Every record must reappear in the answer exactly as given.
[Opening PROVIDED RECORDS section]
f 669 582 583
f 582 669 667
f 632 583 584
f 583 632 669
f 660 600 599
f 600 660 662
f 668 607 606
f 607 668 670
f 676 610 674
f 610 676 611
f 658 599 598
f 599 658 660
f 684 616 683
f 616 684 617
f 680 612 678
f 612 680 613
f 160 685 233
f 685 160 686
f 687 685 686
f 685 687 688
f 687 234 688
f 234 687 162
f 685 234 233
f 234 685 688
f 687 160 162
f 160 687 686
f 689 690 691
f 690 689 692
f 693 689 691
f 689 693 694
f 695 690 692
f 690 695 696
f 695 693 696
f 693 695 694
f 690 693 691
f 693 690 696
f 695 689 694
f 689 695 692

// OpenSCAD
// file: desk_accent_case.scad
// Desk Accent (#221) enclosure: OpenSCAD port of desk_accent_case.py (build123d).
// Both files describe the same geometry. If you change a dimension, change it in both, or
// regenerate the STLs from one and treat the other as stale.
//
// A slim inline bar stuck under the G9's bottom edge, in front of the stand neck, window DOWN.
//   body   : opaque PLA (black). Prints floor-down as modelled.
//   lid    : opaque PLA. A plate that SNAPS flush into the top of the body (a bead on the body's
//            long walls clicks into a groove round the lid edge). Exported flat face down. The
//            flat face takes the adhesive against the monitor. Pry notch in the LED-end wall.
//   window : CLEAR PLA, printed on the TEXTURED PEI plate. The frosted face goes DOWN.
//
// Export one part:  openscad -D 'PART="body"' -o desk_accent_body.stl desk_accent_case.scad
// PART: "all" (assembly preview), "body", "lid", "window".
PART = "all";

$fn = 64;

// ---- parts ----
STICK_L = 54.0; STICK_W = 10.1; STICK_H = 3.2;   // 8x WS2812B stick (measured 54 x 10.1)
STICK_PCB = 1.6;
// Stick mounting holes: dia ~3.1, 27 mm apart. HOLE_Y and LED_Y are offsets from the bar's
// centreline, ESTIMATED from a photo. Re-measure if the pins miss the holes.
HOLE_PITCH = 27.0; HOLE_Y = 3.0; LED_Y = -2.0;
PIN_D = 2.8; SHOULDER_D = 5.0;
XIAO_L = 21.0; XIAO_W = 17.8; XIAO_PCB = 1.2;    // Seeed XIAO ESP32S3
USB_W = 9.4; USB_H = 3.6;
[Closing PROVIDED RECORDS section]
» YOUR SOLUTION
f 669 582 583
f 582 669 667
f 632 583 584
f 583 632 669
f 660 600 599
f 600 660 662
f 668 607 606
f 607 668 670
f 676 610 674
f 610 676 611
f 658 599 598
f 599 658 660
f 684 616 683
f 616 684 617
f 680 612 678
f 612 680 613
f 160 685 233
f 685 160 686
f 687 685 686
f 685 687 688
f 687 234 688
f 234 687 162
f 685 234 233
f 234 685 688
f 687 160 162
f 160 687 686
f 689 690 691
f 690 689 692
f 693 689 691
f 689 693 694
f 695 690 692
f 690 695 696
f 695 693 696
f 693 695 694
f 690 693 691
f 693 690 696
f 695 689 694
f 689 695 692

// OpenSCAD
// file: desk_accent_case.scad
// Desk Accent (#221) enclosure: OpenSCAD port of desk_accent_case.py (build123d).
// Both files describe the same geometry. If you change a dimension, change it in both, or
// regenerate the STLs from one and treat the other as stale.
//
// A slim inline bar stuck under the G9's bottom edge, in front of the stand neck, window DOWN.
//   body   : opaque PLA (black). Prints floor-down as modelled.
//   lid    : opaque PLA. A plate that SNAPS flush into the top of the body (a bead on the body's
//            long walls clicks into a groove round the lid edge). Exported flat face down. The
//            flat face takes the adhesive against the monitor. Pry notch in the LED-end wall.
//   window : CLEAR PLA, printed on the TEXTURED PEI plate. The frosted face goes DOWN.
//
// Export one part:  openscad -D 'PART="body"' -o desk_accent_body.stl desk_accent_case.scad
// PART: "all" (assembly preview), "body", "lid", "window".
PART = "all";

$fn = 64;

// ---- parts ----
STICK_L = 54.0; STICK_W = 10.1; STICK_H = 3.2;   // 8x WS2812B stick (measured 54 x 10.1)
STICK_PCB = 1.6;
// Stick mounting holes: dia ~3.1, 27 mm apart. HOLE_Y and LED_Y are offsets from the bar's
// centreline, ESTIMATED from a photo. Re-measure if the pins miss the holes.
HOLE_PITCH = 27.0; HOLE_Y = 3.0; LED_Y = -2.0;
PIN_D = 2.8; SHOULDER_D = 5.0;
XIAO_L = 21.0; XIAO_W = 17.8; XIAO_PCB = 1.2;    // Seeed XIAO ESP32S3
USB_W = 9.4; USB_H = 3.6;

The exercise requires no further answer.